Tamponi dai medici di famiglia, si spacca il fronte dei sindacati - QdS

Tamponi dai medici di famiglia, si spacca il fronte dei sindacati

redazione

Tamponi dai medici di famiglia, si spacca il fronte dei sindacati

mercoledì 28 Ottobre 2020

L’accordo collettivo nazionale siglato soltanto dalla Fimmg, dubbi dalle altre sigle sulla sicurezza di operatori sanitari e cittadini. Andrea Filippi (Fp Cgil): “Ogni singolo professionista potrà fare un solo tampone al giorno”

ROMA – I medici di famiglia potranno eseguire tamponi rapidi nel proprio studio, ma un coro di polemiche ha subito sommerso l’accordo collettivo nazionale (stralcio) che martedì sera è stato siglato soltanto dalla Fimmg (la Federazione nazionale dei medici di medicina generale). Le altre sigle sindacali (Sindacato nazionale autonomo dei medici Italiani-Snami, Intesa sindacale e Sindacato medici italiani-Smi) non hanno firmato ritenendo che l’intesa – raggiunta dalla Sisac (la Struttura interregionale sanitari convenzionati), sviluppata sulla base di un indirizzo della Conferenza Stato-Regioni – “non garantisca la sicurezza dei cittadini e degli operatori sanitari”.

L’accordo, però, è ormai stato sottoscrittoe per garantirne la piena operatività è stato inserito nel Decreto Ristori un finanziamento di 30 milioni di euro, con il quale si andrà a coprire il “ticket” riconosciuto ai medici di base: 18 euro al professionista per ogni tampone fatto nel suo studio e 12 euro se il test viene somministrato in una struttura della Asl. Soldi che dunque non dovranno sborsare i pazienti, in quanto il costo sarà interamente a carico dello Stato.

Ai medici generici, inoltre, verranno forniti i dispositivi di sicurezza da indossare ogni volta che entreranno in contatto con un caso sospetto di Covid.

“In questa fase emergenziale – spiega il presidente del Comitato di Settore Regioni Sanità, Davide Caparini, – è fondamentale assicurare un’assistenza territoriale che sia presente con tutte le sue forze. Grazie al coinvolgimento della medicina del territorio, i medici di medicina generale e i pediatri assumono così un ruolo ancora più attivo nel contrasto alla pandemia. L’obiettivo è di ridurre la pressione sui presidi ospedalieri e sulle strutture sanitarie e diminuire le occasioni di esposizione al rischio contagio”.

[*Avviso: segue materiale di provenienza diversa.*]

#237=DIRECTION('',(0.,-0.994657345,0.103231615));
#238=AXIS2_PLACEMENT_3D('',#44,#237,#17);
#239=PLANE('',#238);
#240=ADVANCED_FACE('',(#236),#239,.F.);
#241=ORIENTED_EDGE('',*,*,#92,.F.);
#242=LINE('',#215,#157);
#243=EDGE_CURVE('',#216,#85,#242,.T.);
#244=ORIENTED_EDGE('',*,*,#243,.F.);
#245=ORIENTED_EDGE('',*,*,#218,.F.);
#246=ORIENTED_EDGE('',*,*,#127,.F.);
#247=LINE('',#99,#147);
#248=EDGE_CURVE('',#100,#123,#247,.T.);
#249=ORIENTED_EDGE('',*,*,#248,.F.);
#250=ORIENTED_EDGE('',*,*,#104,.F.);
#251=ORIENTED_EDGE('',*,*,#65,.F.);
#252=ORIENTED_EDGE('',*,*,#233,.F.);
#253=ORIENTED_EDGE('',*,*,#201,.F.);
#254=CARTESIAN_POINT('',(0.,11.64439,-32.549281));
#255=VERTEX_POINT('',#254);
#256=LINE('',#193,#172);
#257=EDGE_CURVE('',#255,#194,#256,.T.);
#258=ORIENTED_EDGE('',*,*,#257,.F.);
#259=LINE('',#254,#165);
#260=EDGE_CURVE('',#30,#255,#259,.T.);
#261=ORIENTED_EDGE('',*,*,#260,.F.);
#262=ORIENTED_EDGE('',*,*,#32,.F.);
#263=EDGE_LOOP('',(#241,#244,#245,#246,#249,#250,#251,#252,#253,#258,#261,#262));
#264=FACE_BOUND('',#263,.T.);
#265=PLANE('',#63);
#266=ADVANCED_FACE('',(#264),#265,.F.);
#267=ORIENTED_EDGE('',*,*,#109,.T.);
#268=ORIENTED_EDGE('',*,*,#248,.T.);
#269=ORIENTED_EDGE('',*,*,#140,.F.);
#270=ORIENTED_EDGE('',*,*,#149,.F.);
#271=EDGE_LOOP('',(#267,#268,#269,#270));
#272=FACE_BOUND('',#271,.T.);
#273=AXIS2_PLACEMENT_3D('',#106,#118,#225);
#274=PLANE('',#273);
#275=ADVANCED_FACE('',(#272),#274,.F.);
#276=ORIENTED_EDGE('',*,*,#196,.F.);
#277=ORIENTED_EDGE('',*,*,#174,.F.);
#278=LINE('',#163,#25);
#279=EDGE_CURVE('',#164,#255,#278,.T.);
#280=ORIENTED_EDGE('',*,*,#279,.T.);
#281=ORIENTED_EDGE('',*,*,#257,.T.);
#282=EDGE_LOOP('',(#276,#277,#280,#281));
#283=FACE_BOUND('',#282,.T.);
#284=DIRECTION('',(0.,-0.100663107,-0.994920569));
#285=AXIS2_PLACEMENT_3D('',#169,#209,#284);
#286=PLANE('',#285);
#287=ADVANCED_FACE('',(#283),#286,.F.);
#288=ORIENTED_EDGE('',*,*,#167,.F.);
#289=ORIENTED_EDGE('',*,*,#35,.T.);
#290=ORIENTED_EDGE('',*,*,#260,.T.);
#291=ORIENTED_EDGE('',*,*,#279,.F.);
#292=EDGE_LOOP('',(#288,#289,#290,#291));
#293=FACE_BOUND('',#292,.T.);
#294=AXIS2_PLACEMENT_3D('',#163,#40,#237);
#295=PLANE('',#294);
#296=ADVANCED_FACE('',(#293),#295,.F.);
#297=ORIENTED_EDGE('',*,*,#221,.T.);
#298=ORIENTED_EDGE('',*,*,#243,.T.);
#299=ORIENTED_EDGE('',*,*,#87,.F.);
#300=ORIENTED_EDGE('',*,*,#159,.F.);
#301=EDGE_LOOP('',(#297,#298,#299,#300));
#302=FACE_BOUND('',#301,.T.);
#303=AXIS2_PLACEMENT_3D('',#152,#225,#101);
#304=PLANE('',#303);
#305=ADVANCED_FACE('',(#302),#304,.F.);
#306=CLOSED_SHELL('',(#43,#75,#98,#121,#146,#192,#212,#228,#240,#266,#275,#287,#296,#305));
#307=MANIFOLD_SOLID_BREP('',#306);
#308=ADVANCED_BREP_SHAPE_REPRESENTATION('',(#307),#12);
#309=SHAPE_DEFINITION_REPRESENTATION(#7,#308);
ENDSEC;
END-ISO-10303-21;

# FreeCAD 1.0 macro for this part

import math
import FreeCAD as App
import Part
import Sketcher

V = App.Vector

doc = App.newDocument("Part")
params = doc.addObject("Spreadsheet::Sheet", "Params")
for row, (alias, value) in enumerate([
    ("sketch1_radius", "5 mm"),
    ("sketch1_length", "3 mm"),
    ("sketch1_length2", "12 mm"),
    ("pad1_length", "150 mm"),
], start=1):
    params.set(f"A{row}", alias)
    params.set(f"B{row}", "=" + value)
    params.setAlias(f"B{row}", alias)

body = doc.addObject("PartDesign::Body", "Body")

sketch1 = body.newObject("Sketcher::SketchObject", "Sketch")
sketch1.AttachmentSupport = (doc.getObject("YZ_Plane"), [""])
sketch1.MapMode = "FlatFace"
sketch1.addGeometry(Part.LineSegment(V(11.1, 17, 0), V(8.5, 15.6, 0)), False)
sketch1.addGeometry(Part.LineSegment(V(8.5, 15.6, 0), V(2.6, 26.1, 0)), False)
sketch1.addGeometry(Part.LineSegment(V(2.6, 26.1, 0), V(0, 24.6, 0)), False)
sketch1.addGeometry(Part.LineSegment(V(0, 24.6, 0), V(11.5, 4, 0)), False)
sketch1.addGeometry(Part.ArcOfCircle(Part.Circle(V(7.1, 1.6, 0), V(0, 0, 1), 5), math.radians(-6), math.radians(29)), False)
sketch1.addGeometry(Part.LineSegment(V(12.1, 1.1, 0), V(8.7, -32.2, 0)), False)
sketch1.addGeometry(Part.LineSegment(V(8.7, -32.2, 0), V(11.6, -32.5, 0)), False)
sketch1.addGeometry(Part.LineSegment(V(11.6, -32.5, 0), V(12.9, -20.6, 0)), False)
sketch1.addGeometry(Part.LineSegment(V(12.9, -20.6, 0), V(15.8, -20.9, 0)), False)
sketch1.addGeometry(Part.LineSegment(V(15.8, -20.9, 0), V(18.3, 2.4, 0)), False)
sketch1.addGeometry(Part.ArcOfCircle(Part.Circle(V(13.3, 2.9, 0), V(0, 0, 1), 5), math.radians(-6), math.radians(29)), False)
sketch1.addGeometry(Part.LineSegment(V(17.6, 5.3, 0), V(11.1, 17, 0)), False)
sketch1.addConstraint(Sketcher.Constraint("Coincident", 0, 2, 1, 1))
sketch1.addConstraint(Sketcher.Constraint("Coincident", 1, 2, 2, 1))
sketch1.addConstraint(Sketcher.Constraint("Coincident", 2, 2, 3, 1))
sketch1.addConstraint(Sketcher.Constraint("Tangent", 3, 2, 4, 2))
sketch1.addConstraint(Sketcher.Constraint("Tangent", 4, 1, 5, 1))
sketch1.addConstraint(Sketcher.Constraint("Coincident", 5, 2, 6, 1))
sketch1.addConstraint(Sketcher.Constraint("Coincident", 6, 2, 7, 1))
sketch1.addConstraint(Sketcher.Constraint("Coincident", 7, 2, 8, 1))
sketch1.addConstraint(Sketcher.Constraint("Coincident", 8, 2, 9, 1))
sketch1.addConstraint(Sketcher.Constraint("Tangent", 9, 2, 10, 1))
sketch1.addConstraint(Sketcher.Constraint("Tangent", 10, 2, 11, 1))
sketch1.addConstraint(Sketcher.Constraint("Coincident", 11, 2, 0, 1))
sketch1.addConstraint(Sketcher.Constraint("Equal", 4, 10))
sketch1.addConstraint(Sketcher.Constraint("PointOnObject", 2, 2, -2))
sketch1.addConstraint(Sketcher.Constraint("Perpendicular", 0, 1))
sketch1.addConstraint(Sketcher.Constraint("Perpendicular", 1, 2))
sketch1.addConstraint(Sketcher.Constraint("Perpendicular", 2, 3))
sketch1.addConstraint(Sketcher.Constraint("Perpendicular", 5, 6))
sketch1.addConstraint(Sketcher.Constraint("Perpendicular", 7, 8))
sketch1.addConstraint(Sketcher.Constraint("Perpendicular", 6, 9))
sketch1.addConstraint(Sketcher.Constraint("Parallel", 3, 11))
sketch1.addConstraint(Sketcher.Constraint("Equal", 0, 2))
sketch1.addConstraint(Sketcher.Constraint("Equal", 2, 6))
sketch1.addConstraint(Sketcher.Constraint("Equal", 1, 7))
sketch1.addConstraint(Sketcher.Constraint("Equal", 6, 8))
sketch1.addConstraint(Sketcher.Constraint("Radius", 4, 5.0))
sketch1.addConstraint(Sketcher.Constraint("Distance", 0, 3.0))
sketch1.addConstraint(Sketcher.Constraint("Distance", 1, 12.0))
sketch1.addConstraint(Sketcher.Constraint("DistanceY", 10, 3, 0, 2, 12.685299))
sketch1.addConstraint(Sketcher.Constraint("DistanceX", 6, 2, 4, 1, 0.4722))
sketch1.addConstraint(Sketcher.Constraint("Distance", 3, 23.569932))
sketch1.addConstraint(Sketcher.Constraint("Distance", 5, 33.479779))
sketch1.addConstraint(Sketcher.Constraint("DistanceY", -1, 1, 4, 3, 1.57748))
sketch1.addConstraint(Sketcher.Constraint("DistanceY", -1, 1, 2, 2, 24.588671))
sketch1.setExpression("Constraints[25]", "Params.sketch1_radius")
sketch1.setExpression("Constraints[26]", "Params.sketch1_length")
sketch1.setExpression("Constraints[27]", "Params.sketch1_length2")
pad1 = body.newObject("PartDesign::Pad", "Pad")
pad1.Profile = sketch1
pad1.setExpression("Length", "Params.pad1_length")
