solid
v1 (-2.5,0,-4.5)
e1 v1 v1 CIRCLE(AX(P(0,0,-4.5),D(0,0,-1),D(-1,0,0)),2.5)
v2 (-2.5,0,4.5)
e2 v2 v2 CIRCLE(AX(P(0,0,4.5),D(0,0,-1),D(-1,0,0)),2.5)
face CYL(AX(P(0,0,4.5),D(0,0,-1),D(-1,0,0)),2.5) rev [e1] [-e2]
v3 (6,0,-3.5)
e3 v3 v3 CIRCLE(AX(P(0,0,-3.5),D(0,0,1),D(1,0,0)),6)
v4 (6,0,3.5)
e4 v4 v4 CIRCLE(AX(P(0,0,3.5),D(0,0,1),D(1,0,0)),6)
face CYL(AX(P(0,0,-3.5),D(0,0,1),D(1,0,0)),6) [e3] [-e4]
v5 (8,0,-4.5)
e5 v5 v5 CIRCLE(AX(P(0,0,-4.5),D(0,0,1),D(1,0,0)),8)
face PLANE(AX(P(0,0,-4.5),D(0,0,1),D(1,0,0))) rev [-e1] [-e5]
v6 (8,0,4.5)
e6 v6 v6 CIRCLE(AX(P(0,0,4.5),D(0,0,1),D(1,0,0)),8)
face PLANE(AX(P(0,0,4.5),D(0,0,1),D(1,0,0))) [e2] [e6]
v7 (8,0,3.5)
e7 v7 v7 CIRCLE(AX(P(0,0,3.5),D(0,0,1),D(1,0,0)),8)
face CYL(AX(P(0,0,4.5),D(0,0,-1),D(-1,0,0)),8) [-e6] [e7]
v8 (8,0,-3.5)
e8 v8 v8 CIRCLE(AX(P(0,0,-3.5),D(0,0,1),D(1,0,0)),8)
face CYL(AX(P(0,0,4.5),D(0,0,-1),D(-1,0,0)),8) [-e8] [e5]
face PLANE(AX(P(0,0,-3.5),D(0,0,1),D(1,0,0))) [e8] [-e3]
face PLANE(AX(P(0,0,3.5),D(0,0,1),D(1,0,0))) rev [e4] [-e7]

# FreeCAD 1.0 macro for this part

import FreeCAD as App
import Part
import Sketcher
Q = App.Units.Quantity

doc = App.newDocument("Part")
body = doc.addObject("PartDesign::Body", "Body")

# Sketch on XY plane
sketch1 = body.newObject("Sketcher::SketchObject", "Sketch")
sketch1.AttachmentSupport = (doc.getObject("XY_Plane"), [""])
sketch1.MapMode = "FlatFace"
sketch1.addGeometry(Part.Circle(App.Vector(0, 0, 0), App.Vector(0, 0, 1), 8), False)
sketch1.addConstraint([
    Sketcher.Constraint("Coincident", 0, 3, -1, 1),
    Sketcher.Constraint("Diameter", 0, Q("16 mm")),
])
pad1 = body.newObject("PartDesign::Pad", "Pad")
pad1.Profile = sketch1
pad1.Length = 9
pad1.Midplane = True

# Sketch on XY plane
sketch2 = body.newObject("Sketcher::SketchObject", "Sketch001")
sketch2.AttachmentSupport = (doc.getObject("XY_Plane"), [""])
sketch2.MapMode = "FlatFace"
sketch2.AttachmentOffset = App.Placement(App.Vector(0, 0, -4.5), App.Rotation())
sketch2.addGeometry(Part.Circle(App.Vector(0, 0, 0), App.Vector(0, 0, 1), 2.5), False)
sketch2.addConstraint([
    Sketcher.Constraint("Coincident", 0, 3, -1, 1),
    Sketcher.Constraint("Diameter", 0, Q("5 mm")),
])
pocket1 = body.newObject("PartDesign::Pocket", "Pocket")
pocket1.Profile = sketch2
pocket1.Type = "ThroughAll"
pocket1.Reversed = True

# Sketch on XY plane
sketch3 = body.newObject("Sketcher::SketchObject", "Sketch002")
sketch3.AttachmentSupport = (doc.getObject("XY_Plane"), [""])
sketch3.MapMode = "FlatFace"
sketch3.addGeometry([
    Part.Circle(App.Vector(0, 0, 0), App.Vector(0, 0, 1), 8),
    Part.Circle(App.Vector(0, 0, 0), App.Vector(0, 0, 1), 6),
], False)
sketch3.addConstraint([
    Sketcher.Constraint("Coincident", 0, 3, -1, 1),
    Sketcher.Constraint("Coincident", 1, 3, -1, 1),
    Sketcher.Constraint("Diameter", 0, Q("16 mm")),
    Sketcher.Constraint("Diameter", 1, Q("12 mm")),
])
pocket2 = body.newObject("PartDesign::Pocket", "Pocket001")
pocket2.Profile = sketch3
pocket2.Length = 7
pocket2.Midplane = True

doc.recompute()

“E’ una risposta importante – sottolinea Stefano Bonaccini, presidente della Conferenza delle Regioni – che i medici di medicina generale e i pediatri di libera scelta hanno dato al Paese contribuendo a migliorare il processo di presa in cura dei pazienti attraverso l’erogazione di un numero maggiore di servizi di diagnostica di primo livello e attraverso l’effettuazione dei tamponi antigenici rapidi per tutto il periodo dell’emergenza”.

“Ora il nostro Paese ha un strumento in più da utilizzare per contrastare la diffusione del Covid-19. Si allarga così in modo sempre più capillare – dice ancora Bonaccini – la campagna di prevenzione e di contrasto della pandemia. Ormai su larga scala sono coinvolte diverse categorie di operatori sanitari, che meritano sempre il nostro ringraziamento per la loro professionalità e dedizione”.

Di tutt’altro avviso, il segretario nazionale della Smi, Pina Onori, secondo la quale “tenuto conto che è stato finanziato 1 milione e mezzo di tamponi ci è sembrato che la percentuale non incida. Ma incide invece sulla sicurezza degli studi medici e dei cittadini”.

Critica anche la Fp Cgil medici secondo cui l’accordo non è stato frutto di una trattativa, ma “la presa d’atto di qualcosa che era già stato concordato”. Inoltre: “Due milioni di test da distribuire entro fine anno a 53 mila medici di famiglia su tutto il territorio nazionale significa che ogni singolo professionista farà 1 solo tampone al giorno. Ci si chiede se valeva per davvero la pena di organizzare tutto questo per un risultato così piccolo”, dice il segretario nazionale Andrea Filippi.

Sull’argomento è intervenuto anche il presidente della Fondazione Gimbe, Nino Cartabellotta: “Al di là della effettiva disponibilità dei tamponi rapidi, diverse difficoltà ostacolano il loro immediato utilizzo negli ambulatori di medici e pediatri di famiglia, spesso strutturalmente inadeguati a garantire percorsi dedicati per sospetti casi Covid. Peraltro è necessario un adeguato training dei professionisti coinvolti nell’esecuzione dei test, perché la probabilità di risultati falsamente negativi al tampone aumenta in mani non esperte.”